··· DATA FOR REVIEW ···

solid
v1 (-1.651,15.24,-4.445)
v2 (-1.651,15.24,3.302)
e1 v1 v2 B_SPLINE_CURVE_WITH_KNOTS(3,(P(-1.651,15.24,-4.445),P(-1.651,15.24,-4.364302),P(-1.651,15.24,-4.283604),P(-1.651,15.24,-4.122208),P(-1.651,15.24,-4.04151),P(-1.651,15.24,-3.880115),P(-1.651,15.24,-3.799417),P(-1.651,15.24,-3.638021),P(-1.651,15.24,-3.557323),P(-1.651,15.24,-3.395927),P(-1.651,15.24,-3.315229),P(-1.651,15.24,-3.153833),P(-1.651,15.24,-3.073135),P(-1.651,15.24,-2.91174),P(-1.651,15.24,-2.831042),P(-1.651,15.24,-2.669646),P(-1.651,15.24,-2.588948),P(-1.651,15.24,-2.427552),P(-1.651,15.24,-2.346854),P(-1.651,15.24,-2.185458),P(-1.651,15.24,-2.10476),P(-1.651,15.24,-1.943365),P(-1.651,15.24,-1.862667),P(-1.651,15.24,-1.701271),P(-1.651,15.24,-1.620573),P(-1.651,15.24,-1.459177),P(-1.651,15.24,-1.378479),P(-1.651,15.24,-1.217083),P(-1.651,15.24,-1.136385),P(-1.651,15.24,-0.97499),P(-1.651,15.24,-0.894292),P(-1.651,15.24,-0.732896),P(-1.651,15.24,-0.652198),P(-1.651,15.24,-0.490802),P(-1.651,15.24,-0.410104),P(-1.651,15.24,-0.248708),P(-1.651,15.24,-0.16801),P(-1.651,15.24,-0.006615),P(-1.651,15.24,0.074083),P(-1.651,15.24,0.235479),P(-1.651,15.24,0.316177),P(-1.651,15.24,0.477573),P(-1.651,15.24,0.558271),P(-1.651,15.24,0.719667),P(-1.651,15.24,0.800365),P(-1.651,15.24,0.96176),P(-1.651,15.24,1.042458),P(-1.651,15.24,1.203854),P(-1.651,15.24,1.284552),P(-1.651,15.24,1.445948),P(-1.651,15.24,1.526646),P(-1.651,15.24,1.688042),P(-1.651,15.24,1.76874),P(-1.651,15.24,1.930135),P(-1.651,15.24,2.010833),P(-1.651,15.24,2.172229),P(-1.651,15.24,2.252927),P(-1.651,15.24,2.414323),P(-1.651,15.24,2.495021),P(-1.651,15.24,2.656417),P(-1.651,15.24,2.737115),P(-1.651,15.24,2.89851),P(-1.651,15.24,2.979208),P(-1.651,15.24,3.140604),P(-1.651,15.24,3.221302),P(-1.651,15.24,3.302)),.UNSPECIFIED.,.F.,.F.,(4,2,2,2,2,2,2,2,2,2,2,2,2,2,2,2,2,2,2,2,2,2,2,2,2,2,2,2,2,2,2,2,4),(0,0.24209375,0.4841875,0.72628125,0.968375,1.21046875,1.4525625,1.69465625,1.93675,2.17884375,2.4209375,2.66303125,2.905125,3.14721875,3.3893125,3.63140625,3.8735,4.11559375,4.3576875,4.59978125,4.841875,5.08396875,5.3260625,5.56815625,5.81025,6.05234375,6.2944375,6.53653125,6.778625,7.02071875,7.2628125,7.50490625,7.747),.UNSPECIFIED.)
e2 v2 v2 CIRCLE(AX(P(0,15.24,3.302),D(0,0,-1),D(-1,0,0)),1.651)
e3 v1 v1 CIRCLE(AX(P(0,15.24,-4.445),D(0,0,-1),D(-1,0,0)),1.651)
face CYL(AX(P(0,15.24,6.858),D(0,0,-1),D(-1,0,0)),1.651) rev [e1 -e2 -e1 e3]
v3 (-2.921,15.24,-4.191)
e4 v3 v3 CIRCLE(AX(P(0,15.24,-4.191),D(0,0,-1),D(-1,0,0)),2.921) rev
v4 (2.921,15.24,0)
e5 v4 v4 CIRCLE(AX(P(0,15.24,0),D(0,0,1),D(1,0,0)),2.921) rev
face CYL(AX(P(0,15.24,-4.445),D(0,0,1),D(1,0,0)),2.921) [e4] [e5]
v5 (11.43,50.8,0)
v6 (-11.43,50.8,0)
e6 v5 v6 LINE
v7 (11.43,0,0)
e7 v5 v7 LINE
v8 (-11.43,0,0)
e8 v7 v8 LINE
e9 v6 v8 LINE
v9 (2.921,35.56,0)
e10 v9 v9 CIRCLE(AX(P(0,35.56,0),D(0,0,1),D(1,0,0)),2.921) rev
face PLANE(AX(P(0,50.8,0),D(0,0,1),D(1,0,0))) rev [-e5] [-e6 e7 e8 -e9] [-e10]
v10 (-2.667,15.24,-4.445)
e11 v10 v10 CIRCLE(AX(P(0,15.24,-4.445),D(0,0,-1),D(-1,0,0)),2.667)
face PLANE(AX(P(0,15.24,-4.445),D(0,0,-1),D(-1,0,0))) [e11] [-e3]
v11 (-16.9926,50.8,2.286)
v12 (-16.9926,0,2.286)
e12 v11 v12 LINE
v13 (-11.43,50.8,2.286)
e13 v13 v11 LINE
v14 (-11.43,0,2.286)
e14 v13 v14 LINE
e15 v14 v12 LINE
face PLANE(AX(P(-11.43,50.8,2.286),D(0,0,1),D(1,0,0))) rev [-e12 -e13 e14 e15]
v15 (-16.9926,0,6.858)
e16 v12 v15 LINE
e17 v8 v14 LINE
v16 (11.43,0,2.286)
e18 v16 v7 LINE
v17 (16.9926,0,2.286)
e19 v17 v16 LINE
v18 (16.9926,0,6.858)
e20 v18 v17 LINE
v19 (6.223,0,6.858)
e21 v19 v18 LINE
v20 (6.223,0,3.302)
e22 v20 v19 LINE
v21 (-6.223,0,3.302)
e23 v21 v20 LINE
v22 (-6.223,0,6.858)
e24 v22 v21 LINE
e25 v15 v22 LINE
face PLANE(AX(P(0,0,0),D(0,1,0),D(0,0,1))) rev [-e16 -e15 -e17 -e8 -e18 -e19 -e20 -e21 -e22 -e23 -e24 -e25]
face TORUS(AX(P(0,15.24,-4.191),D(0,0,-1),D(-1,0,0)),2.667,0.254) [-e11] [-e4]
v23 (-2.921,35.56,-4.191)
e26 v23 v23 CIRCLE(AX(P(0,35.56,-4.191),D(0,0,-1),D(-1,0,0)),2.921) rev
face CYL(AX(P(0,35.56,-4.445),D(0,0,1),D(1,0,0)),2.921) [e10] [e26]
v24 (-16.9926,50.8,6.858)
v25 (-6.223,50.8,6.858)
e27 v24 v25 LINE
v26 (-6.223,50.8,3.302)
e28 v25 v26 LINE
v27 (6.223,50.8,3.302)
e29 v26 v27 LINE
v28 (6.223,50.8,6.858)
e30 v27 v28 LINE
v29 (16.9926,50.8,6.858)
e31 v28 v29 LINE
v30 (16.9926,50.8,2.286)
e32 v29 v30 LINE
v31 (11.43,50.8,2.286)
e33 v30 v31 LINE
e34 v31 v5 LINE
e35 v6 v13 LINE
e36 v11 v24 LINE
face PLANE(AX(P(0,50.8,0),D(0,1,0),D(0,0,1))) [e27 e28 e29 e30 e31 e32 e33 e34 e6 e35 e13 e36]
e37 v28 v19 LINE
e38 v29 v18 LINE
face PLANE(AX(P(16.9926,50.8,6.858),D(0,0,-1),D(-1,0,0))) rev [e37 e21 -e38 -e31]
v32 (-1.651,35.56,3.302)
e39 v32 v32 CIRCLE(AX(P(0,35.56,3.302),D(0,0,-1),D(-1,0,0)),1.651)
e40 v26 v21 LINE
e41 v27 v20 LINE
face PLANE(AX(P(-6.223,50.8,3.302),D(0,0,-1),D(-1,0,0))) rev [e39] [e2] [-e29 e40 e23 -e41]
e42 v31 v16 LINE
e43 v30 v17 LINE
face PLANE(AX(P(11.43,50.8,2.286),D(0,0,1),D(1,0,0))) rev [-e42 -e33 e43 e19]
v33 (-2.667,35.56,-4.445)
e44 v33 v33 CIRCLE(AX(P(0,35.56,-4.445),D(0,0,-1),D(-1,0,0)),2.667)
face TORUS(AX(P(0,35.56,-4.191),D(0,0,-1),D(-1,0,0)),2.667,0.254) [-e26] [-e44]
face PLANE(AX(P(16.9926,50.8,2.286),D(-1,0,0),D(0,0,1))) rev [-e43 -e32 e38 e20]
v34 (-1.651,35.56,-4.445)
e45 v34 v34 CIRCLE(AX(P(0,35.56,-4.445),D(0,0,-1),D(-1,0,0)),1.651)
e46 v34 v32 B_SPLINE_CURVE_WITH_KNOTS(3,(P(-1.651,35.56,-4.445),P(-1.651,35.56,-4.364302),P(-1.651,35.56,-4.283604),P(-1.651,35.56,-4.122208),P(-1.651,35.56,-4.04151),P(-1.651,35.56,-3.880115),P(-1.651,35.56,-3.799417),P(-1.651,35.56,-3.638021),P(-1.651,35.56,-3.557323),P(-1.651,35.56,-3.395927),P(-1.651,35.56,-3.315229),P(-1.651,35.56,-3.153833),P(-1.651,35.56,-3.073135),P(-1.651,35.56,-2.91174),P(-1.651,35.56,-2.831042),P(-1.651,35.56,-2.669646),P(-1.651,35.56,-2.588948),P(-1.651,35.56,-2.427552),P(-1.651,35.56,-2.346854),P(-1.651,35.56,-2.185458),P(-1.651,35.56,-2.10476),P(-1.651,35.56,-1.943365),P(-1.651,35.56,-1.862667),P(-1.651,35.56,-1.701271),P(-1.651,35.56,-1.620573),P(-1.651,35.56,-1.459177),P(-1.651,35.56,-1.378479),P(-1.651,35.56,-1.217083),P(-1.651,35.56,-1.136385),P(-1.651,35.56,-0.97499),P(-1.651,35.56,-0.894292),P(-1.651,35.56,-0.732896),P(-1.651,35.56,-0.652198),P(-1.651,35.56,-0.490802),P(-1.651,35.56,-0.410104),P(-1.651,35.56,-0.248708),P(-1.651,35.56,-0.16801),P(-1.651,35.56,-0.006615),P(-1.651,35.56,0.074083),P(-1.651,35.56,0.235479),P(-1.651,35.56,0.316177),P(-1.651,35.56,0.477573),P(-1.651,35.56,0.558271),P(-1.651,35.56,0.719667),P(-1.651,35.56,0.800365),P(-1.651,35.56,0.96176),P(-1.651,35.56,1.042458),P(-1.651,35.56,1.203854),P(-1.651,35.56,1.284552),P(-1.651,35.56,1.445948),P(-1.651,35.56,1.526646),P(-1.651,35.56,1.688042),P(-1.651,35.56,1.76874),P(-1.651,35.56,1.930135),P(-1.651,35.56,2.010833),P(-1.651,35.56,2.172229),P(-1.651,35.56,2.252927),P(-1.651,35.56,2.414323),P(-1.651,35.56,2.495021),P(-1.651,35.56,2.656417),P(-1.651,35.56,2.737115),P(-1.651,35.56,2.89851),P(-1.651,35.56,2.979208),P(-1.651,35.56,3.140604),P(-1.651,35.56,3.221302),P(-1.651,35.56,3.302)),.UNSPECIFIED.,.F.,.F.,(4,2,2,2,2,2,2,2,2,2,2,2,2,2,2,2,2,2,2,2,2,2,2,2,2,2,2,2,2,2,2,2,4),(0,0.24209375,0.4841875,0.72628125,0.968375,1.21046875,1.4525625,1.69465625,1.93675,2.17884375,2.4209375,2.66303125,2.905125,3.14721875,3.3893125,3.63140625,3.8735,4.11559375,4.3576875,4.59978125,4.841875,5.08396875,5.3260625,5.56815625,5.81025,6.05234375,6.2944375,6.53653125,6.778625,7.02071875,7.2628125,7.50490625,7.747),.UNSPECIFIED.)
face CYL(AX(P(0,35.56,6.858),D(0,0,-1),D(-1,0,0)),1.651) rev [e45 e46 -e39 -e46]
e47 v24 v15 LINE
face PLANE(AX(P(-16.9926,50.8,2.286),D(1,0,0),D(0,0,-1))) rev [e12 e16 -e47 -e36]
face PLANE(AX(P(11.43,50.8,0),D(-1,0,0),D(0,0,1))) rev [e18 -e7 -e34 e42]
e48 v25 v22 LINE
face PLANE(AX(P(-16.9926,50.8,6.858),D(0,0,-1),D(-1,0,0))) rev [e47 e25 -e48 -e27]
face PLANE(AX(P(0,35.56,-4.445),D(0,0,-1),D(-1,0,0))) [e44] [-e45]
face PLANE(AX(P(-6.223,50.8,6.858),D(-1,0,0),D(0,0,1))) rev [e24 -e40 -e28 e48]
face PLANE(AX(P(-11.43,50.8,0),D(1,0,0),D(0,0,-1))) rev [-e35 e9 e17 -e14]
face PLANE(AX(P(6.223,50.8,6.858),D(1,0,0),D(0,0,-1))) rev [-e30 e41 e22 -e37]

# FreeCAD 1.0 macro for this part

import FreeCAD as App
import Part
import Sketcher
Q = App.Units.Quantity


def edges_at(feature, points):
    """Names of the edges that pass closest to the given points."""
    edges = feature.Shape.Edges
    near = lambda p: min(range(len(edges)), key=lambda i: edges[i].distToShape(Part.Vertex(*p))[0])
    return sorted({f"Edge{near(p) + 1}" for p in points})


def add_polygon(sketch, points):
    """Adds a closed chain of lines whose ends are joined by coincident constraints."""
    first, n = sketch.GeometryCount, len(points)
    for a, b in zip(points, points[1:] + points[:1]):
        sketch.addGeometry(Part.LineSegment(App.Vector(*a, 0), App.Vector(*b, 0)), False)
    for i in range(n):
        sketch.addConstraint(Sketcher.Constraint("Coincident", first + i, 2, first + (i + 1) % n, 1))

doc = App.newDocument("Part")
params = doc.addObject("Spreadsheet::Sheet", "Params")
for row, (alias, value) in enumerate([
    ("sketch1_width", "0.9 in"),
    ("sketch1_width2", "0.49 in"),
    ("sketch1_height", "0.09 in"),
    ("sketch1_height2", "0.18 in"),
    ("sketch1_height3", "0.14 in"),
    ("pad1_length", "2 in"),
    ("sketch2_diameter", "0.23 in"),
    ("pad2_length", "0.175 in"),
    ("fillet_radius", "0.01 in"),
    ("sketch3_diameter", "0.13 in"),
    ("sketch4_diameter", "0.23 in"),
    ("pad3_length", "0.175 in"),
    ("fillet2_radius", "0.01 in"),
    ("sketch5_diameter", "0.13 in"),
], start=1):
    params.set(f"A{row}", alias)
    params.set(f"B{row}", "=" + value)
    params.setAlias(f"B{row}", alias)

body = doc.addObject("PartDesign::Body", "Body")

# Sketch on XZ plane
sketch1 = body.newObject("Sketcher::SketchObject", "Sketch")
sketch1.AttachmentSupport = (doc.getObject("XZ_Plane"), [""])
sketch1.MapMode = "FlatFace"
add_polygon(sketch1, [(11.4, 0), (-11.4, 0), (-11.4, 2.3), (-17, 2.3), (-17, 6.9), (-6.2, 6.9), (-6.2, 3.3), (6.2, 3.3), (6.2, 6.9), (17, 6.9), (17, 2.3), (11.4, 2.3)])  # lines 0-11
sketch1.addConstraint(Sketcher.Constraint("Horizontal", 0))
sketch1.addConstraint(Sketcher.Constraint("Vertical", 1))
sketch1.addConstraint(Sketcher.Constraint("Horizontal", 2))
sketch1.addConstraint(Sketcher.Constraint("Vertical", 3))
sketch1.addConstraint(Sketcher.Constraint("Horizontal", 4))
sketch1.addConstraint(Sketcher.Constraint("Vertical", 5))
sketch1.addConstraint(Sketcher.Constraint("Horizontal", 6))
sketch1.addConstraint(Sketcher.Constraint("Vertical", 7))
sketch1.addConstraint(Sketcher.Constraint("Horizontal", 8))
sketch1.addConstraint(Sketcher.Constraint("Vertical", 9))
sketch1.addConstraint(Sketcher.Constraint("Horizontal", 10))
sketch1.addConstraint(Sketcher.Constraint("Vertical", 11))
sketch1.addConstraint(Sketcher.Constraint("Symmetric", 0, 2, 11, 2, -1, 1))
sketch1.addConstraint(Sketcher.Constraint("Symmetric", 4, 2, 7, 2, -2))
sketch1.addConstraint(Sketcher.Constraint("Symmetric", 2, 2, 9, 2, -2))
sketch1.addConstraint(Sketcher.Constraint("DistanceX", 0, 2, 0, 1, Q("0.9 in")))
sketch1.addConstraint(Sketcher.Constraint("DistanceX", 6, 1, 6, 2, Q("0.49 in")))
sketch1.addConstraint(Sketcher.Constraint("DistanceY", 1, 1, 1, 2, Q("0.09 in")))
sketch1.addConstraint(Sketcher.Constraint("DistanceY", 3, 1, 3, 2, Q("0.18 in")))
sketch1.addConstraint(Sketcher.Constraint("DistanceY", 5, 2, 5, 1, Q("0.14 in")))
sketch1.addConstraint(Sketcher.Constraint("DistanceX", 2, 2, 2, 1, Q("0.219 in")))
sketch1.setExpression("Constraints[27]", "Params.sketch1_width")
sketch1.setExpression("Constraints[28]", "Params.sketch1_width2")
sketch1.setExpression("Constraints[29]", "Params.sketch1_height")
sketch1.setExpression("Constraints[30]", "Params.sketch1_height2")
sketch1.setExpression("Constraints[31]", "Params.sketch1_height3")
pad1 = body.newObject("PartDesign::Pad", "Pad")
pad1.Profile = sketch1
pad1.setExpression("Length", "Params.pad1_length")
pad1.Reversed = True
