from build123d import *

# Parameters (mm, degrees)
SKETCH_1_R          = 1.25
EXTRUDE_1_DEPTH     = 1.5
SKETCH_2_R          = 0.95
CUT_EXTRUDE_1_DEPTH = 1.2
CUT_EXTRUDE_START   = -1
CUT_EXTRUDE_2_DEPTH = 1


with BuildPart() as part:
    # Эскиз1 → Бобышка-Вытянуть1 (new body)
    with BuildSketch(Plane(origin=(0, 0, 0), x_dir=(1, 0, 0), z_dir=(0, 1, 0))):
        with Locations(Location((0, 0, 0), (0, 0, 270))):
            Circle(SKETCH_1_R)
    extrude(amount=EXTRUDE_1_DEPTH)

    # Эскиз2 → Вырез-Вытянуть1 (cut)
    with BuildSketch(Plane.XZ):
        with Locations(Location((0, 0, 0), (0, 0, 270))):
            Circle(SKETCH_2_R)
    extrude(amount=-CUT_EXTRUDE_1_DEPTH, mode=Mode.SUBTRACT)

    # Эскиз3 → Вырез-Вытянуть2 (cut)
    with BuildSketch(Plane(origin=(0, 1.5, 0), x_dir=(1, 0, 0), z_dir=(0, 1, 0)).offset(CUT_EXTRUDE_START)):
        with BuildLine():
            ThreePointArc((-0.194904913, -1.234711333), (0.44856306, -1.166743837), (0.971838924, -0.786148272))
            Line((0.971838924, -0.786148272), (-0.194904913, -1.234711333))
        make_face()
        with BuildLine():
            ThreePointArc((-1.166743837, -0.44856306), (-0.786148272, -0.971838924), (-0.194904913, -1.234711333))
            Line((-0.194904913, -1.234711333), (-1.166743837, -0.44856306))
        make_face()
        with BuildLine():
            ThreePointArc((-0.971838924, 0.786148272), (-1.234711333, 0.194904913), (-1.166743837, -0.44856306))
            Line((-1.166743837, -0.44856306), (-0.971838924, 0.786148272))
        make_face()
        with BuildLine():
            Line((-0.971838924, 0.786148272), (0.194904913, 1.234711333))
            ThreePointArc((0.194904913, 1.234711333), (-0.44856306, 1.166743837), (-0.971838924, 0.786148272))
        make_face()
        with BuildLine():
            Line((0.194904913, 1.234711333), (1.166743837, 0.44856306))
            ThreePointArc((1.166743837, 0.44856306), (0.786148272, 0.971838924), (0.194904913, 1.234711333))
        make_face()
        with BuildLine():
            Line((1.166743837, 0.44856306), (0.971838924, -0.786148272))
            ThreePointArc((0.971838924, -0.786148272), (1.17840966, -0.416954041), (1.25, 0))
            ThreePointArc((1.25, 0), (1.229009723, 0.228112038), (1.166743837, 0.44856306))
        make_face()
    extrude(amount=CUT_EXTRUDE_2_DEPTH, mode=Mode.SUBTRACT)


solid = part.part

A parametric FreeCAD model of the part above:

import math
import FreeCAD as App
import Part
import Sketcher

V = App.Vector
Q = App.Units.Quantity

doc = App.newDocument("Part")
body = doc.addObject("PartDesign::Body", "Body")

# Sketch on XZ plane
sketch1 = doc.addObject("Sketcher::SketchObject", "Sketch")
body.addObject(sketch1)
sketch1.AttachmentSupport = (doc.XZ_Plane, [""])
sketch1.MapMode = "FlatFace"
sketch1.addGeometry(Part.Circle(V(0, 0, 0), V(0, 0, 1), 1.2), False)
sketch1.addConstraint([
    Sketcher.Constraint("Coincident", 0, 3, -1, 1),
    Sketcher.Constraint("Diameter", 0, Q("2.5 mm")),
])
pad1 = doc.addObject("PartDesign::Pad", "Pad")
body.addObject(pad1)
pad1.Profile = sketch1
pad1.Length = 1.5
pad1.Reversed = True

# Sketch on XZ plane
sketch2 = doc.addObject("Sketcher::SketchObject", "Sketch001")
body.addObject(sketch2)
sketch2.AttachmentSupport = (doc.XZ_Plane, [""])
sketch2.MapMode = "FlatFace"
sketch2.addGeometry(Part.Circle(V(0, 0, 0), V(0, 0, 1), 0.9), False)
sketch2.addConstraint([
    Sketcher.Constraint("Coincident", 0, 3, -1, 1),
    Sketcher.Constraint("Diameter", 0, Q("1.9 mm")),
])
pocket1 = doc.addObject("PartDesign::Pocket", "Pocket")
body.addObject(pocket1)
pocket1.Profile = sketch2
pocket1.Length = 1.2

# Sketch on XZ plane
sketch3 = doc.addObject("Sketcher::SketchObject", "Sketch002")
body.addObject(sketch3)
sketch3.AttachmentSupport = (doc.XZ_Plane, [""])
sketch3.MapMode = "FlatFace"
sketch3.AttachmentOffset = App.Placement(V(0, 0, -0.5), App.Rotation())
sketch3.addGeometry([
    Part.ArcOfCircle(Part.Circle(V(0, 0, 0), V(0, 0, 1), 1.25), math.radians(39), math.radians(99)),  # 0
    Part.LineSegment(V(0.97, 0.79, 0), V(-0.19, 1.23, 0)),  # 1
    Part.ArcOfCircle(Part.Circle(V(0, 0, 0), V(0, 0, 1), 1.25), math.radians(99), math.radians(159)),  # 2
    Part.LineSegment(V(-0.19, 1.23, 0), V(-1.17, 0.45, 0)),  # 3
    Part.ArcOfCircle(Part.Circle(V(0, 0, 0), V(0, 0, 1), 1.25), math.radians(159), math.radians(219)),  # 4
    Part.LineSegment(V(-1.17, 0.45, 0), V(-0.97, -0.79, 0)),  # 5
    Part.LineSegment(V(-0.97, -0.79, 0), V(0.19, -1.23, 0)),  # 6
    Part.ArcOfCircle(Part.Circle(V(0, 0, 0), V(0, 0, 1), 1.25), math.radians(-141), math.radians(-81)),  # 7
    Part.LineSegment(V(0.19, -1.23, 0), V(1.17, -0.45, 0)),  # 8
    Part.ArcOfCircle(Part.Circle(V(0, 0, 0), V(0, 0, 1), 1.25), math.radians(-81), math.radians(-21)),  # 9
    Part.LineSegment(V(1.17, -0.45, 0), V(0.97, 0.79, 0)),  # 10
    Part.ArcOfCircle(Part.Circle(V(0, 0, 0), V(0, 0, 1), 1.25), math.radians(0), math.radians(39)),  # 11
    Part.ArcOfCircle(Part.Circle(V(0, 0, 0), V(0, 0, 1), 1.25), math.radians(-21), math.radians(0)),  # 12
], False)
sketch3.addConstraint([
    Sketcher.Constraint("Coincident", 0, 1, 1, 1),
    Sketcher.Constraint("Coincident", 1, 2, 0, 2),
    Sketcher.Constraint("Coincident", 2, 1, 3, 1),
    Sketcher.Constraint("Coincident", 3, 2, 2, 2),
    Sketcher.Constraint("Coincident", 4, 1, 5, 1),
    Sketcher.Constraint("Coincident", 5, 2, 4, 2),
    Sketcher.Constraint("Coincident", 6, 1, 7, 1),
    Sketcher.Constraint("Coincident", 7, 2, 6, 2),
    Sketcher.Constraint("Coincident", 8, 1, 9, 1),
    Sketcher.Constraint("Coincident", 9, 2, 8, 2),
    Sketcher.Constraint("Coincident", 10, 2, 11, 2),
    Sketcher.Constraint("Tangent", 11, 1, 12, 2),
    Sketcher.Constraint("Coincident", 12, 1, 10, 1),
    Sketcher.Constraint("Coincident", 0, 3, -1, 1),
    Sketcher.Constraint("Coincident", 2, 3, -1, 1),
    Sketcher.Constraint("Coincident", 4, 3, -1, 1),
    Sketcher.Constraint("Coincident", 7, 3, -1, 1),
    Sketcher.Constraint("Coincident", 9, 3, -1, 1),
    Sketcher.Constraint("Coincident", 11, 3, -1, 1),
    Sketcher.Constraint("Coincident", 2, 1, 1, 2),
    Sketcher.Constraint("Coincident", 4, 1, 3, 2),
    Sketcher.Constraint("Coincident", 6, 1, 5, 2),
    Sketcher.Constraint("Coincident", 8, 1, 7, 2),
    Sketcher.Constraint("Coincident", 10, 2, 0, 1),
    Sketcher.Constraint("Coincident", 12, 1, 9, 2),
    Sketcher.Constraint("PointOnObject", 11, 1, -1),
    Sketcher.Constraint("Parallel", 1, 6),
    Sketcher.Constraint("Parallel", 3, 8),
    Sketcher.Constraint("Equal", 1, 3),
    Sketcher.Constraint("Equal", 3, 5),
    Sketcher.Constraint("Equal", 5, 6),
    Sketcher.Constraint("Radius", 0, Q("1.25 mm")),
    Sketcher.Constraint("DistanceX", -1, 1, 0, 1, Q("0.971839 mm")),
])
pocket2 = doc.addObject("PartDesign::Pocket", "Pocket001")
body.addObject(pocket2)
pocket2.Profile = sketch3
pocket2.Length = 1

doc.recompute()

···

> EXERCISE GOAL
Scan the records above for the lines holding "v6 (-11.43,50.8,0)" and "e37 v28 v19 LINE". Transcribe those two and every line between them word for word, and no others.

> RESULT BELOW
v6 (-11.43,50.8,0)
e6 v5 v6 LINE
v7 (11.43,0,0)
e7 v5 v7 LINE
v8 (-11.43,0,0)
e8 v7 v8 LINE
e9 v6 v8 LINE
v9 (2.921,35.56,0)
e10 v9 v9 CIRCLE(AX(P(0,35.56,0),D(0,0,1),D(1,0,0)),2.921) rev
face PLANE(AX(P(0,50.8,0),D(0,0,1),D(1,0,0))) rev [-e5] [-e6 e7 e8 -e9] [-e10]
v10 (-2.667,15.24,-4.445)
e11 v10 v10 CIRCLE(AX(P(0,15.24,-4.445),D(0,0,-1),D(-1,0,0)),2.667)
face PLANE(AX(P(0,15.24,-4.445),D(0,0,-1),D(-1,0,0))) [e11] [-e3]
v11 (-16.9926,50.8,2.286)
v12 (-16.9926,0,2.286)
e12 v11 v12 LINE
v13 (-11.43,50.8,2.286)
e13 v13 v11 LINE
v14 (-11.43,0,2.286)
e14 v13 v14 LINE
e15 v14 v12 LINE
face PLANE(AX(P(-11.43,50.8,2.286),D(0,0,1),D(1,0,0))) rev [-e12 -e13 e14 e15]
v15 (-16.9926,0,6.858)
e16 v12 v15 LINE
e17 v8 v14 LINE
v16 (11.43,0,2.286)
e18 v16 v7 LINE
v17 (16.9926,0,2.286)
e19 v17 v16 LINE
v18 (16.9926,0,6.858)
e20 v18 v17 LINE
v19 (6.223,0,6.858)
e21 v19 v18 LINE
v20 (6.223,0,3.302)
e22 v20 v19 LINE
v21 (-6.223,0,3.302)
e23 v21 v20 LINE
v22 (-6.223,0,6.858)
e24 v22 v21 LINE
e25 v15 v22 LINE
face PLANE(AX(P(0,0,0),D(0,1,0),D(0,0,1))) rev [-e16 -e15 -e17 -e8 -e18 -e19 -e20 -e21 -e22 -e23 -e24 -e25]
face TORUS(AX(P(0,15.24,-4.191),D(0,0,-1),D(-1,0,0)),2.667,0.254) [-e11] [-e4]
v23 (-2.921,35.56,-4.191)
e26 v23 v23 CIRCLE(AX(P(0,35.56,-4.191),D(0,0,-1),D(-1,0,0)),2.921) rev
face CYL(AX(P(0,35.56,-4.445),D(0,0,1),D(1,0,0)),2.921) [e10] [e26]
v24 (-16.9926,50.8,6.858)
v25 (-6.223,50.8,6.858)
e27 v24 v25 LINE
v26 (-6.223,50.8,3.302)
e28 v25 v26 LINE
v27 (6.223,50.8,3.302)
e29 v26 v27 LINE
v28 (6.223,50.8,6.858)
e30 v27 v28 LINE
v29 (16.9926,50.8,6.858)
e31 v28 v29 LINE
v30 (16.9926,50.8,2.286)
e32 v29 v30 LINE
v31 (11.43,50.8,2.286)
e33 v30 v31 LINE
e34 v31 v5 LINE
e35 v6 v13 LINE
e36 v11 v24 LINE
face PLANE(AX(P(0,50.8,0),D(0,1,0),D(0,0,1))) [e27 e28 e29 e30 e31 e32 e33 e34 e6 e35 e13 e36]
e37 v28 v19 LINE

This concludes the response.